**EXERCISE BRIEF:**
In the entries below, find the line with "0), (-13.1556530674, -7.69326929))" and the line with "0), (-13.1556530674, 7.69326929))"; give again those lines and every line between them, exactly.

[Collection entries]
# # #

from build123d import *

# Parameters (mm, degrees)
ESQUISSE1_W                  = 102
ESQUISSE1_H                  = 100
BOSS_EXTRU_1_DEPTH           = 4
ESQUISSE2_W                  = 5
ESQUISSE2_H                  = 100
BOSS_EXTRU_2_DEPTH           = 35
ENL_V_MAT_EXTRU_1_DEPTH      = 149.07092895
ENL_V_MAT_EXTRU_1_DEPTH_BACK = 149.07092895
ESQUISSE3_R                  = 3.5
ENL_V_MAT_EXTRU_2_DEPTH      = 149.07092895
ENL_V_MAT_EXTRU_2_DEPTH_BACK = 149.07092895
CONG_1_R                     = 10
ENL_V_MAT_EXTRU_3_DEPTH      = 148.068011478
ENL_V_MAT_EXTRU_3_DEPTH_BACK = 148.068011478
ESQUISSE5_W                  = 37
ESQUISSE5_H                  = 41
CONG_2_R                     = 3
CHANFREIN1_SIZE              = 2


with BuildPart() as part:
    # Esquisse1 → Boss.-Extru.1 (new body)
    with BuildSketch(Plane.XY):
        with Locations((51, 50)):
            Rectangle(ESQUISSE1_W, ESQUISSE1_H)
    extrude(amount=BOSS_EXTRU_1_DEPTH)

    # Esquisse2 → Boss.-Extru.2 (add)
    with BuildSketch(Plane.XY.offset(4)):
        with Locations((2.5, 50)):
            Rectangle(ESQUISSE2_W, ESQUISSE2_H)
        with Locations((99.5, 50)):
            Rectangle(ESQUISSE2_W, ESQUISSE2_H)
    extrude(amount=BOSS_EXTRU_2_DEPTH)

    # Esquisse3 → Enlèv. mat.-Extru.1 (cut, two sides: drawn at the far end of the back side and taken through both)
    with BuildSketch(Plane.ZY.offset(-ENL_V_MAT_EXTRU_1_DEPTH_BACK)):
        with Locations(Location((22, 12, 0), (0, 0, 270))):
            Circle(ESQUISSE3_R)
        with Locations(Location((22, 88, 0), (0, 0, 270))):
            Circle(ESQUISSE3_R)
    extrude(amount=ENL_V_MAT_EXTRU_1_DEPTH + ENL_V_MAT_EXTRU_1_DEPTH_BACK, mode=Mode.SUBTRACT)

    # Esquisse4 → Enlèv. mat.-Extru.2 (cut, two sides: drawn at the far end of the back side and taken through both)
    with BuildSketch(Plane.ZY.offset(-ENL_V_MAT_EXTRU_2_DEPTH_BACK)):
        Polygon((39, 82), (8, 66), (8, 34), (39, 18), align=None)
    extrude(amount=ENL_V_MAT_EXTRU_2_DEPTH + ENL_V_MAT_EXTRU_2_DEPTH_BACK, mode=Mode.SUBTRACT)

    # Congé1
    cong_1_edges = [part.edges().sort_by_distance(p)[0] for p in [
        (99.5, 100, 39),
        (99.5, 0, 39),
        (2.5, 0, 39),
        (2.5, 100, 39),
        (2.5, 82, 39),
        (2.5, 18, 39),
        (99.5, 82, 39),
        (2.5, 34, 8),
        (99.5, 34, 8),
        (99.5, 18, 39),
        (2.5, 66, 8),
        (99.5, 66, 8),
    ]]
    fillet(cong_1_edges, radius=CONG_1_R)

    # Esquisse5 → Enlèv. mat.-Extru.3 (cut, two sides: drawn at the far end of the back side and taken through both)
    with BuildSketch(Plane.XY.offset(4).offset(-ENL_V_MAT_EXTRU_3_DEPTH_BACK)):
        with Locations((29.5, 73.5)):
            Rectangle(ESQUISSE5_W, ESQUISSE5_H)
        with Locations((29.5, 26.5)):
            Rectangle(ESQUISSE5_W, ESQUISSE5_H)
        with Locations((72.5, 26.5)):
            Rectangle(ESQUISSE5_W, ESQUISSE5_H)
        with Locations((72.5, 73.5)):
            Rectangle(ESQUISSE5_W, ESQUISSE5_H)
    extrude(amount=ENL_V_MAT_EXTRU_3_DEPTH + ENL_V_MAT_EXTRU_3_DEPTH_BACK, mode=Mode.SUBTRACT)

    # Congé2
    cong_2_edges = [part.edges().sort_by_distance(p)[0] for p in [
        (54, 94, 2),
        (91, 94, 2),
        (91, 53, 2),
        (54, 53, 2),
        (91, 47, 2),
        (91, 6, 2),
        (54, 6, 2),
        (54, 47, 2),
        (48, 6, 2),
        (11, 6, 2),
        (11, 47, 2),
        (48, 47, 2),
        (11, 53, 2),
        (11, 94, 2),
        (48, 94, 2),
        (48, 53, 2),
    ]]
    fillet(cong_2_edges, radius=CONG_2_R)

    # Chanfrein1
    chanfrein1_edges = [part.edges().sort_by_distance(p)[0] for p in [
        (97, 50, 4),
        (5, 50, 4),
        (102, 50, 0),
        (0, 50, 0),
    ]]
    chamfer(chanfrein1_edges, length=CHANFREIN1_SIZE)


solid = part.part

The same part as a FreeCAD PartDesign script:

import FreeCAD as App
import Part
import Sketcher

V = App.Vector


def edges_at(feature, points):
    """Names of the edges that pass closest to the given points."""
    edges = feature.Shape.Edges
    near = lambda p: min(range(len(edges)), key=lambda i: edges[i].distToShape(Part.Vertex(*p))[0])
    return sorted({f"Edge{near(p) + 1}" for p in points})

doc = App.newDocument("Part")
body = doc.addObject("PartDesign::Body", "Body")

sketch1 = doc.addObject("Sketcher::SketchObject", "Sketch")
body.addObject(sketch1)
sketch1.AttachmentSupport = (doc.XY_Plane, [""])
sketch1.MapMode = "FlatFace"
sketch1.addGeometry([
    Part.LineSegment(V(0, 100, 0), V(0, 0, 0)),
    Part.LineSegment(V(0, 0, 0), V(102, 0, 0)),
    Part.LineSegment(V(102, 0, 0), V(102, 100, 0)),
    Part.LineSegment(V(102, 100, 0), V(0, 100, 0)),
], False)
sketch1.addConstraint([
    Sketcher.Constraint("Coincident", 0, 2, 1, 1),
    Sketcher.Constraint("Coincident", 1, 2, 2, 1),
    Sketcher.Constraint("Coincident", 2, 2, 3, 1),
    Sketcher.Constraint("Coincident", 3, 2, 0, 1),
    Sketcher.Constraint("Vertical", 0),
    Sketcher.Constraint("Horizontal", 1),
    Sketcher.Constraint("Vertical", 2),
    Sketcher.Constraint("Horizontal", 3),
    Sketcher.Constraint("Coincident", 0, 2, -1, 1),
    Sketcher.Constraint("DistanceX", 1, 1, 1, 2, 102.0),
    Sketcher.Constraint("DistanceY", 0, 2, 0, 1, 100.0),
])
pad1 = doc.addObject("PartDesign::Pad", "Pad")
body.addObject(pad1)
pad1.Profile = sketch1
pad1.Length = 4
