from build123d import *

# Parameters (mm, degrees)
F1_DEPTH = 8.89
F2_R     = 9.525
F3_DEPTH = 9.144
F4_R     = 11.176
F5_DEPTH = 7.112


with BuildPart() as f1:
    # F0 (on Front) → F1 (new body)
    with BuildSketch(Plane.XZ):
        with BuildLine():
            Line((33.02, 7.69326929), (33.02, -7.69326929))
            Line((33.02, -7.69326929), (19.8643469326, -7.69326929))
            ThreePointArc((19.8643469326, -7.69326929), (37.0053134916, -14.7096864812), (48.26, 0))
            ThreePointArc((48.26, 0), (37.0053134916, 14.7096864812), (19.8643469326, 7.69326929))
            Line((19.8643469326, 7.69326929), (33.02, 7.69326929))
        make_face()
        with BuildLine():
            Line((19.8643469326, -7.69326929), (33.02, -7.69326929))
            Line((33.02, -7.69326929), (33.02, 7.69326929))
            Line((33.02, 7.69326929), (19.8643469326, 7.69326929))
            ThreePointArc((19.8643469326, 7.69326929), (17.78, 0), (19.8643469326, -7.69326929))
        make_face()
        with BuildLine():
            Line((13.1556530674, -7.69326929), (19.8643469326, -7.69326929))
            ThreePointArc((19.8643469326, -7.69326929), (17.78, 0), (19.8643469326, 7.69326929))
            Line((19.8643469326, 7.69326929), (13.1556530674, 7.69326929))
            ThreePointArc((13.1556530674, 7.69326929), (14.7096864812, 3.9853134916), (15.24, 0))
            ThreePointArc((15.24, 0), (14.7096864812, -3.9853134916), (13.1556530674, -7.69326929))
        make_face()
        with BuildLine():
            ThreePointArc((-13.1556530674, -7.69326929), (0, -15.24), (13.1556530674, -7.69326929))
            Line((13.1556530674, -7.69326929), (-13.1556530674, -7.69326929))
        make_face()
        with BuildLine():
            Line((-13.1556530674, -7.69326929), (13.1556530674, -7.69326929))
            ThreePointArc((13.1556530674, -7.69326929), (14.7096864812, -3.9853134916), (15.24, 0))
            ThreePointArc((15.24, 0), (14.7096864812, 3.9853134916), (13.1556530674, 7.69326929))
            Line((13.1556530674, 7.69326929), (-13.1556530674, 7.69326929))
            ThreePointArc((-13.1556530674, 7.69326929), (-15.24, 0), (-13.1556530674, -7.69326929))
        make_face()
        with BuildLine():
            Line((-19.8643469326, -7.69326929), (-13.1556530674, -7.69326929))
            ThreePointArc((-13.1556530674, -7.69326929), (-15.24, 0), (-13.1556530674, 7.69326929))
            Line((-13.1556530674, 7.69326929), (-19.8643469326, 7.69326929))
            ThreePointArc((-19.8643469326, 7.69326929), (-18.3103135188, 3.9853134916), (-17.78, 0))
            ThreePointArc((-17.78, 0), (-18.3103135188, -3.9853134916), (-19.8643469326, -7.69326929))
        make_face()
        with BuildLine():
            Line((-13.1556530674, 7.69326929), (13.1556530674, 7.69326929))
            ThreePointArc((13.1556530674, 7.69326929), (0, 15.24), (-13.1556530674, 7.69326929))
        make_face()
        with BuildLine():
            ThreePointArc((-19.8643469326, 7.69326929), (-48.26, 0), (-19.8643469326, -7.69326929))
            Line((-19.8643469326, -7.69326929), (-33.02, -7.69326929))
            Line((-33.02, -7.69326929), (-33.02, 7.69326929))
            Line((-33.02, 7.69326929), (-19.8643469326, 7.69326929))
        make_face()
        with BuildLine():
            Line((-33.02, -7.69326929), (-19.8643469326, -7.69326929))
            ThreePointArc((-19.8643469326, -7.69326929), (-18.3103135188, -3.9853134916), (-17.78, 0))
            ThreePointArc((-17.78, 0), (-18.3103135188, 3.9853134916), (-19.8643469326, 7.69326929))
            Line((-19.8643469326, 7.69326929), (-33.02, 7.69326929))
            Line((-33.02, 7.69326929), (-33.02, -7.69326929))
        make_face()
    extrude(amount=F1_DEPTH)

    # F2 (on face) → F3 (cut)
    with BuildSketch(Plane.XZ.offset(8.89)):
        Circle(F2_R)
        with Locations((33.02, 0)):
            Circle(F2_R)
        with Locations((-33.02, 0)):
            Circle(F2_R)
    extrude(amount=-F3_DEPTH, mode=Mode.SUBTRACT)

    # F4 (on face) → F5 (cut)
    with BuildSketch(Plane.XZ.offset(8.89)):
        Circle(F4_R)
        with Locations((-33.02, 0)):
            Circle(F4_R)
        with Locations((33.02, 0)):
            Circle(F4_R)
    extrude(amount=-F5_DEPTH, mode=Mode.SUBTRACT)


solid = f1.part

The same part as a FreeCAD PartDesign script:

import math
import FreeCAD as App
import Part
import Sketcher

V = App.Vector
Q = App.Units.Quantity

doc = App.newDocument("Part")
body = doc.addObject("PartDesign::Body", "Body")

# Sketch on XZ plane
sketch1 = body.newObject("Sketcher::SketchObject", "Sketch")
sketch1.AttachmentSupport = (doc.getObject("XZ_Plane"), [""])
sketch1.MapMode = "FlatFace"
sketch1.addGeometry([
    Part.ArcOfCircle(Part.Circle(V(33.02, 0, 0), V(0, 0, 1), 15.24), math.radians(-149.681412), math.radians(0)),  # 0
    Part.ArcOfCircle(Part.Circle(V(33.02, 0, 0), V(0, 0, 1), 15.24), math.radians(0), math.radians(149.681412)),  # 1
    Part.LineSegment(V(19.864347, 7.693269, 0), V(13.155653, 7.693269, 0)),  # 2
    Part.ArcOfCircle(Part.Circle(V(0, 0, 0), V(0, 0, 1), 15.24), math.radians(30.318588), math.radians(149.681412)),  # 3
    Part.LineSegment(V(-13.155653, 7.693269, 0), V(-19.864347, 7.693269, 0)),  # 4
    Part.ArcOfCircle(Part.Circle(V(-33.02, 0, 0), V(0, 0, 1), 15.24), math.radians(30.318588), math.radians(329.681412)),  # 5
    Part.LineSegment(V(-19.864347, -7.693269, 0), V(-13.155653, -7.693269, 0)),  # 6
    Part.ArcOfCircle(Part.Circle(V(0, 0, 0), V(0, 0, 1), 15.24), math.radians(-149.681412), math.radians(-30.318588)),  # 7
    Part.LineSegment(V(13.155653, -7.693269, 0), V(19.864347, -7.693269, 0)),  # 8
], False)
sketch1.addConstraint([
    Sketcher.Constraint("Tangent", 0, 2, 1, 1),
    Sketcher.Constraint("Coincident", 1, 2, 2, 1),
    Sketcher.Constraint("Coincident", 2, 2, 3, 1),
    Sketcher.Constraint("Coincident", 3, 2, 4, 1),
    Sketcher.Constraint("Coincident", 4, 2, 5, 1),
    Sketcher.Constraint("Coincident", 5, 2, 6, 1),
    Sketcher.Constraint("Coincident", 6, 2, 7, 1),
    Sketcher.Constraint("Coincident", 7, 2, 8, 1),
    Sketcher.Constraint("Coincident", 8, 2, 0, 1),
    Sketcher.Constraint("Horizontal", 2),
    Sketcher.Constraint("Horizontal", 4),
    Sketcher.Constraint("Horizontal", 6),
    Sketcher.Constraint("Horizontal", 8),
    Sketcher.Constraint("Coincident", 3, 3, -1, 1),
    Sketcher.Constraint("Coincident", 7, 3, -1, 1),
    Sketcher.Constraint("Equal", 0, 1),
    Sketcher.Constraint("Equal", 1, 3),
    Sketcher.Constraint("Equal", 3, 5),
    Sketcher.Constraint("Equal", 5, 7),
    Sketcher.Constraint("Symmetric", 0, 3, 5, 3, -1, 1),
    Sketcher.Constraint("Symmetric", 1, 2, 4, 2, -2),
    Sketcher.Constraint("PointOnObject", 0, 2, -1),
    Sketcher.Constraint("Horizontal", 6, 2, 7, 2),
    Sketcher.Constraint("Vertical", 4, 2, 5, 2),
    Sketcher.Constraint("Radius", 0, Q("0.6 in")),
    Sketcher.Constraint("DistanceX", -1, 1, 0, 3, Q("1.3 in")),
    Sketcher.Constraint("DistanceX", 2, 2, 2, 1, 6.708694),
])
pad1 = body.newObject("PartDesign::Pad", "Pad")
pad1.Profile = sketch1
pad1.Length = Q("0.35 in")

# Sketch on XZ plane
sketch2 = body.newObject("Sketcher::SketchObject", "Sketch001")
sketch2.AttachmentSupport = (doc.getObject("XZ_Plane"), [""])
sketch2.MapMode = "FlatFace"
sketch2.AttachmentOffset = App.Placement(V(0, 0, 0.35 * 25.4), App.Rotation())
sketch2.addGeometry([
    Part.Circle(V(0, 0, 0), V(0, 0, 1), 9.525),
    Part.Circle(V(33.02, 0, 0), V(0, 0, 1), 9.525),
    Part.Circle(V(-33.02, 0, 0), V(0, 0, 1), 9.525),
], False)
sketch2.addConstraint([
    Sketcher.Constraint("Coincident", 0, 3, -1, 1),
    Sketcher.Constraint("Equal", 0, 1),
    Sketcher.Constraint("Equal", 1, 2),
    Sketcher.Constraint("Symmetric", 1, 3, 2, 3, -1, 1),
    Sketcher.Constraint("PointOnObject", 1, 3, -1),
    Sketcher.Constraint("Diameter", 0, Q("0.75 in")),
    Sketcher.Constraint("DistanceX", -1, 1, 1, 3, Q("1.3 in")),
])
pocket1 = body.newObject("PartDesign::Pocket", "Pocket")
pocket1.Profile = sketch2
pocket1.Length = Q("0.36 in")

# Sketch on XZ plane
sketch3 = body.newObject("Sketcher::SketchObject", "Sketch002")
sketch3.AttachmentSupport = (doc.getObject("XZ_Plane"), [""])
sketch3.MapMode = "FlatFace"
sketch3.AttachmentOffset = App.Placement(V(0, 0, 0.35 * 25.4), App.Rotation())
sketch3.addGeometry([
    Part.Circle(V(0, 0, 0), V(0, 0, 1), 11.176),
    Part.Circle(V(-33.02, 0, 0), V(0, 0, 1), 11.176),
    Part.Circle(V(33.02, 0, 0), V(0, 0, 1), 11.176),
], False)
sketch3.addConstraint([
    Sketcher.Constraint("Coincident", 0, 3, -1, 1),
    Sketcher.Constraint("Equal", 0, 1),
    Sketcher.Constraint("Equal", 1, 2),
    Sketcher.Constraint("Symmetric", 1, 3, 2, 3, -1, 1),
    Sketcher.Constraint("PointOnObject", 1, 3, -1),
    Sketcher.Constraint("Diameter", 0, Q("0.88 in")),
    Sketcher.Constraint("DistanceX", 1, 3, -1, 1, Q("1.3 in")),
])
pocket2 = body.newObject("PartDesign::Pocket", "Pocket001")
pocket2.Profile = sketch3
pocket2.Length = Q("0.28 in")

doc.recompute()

# # #

**WRITTEN RESPONSE:**
            ThreePointArc((-13.1556530674, 7.69326929), (-15.24, 0), (-13.1556530674, -7.69326929))
        make_face()
        with BuildLine():
            Line((-19.8643469326, -7.69326929), (-13.1556530674, -7.69326929))
            ThreePointArc((-13.1556530674, -7.69326929), (-15.24, 0), (-13.1556530674, 7.69326929))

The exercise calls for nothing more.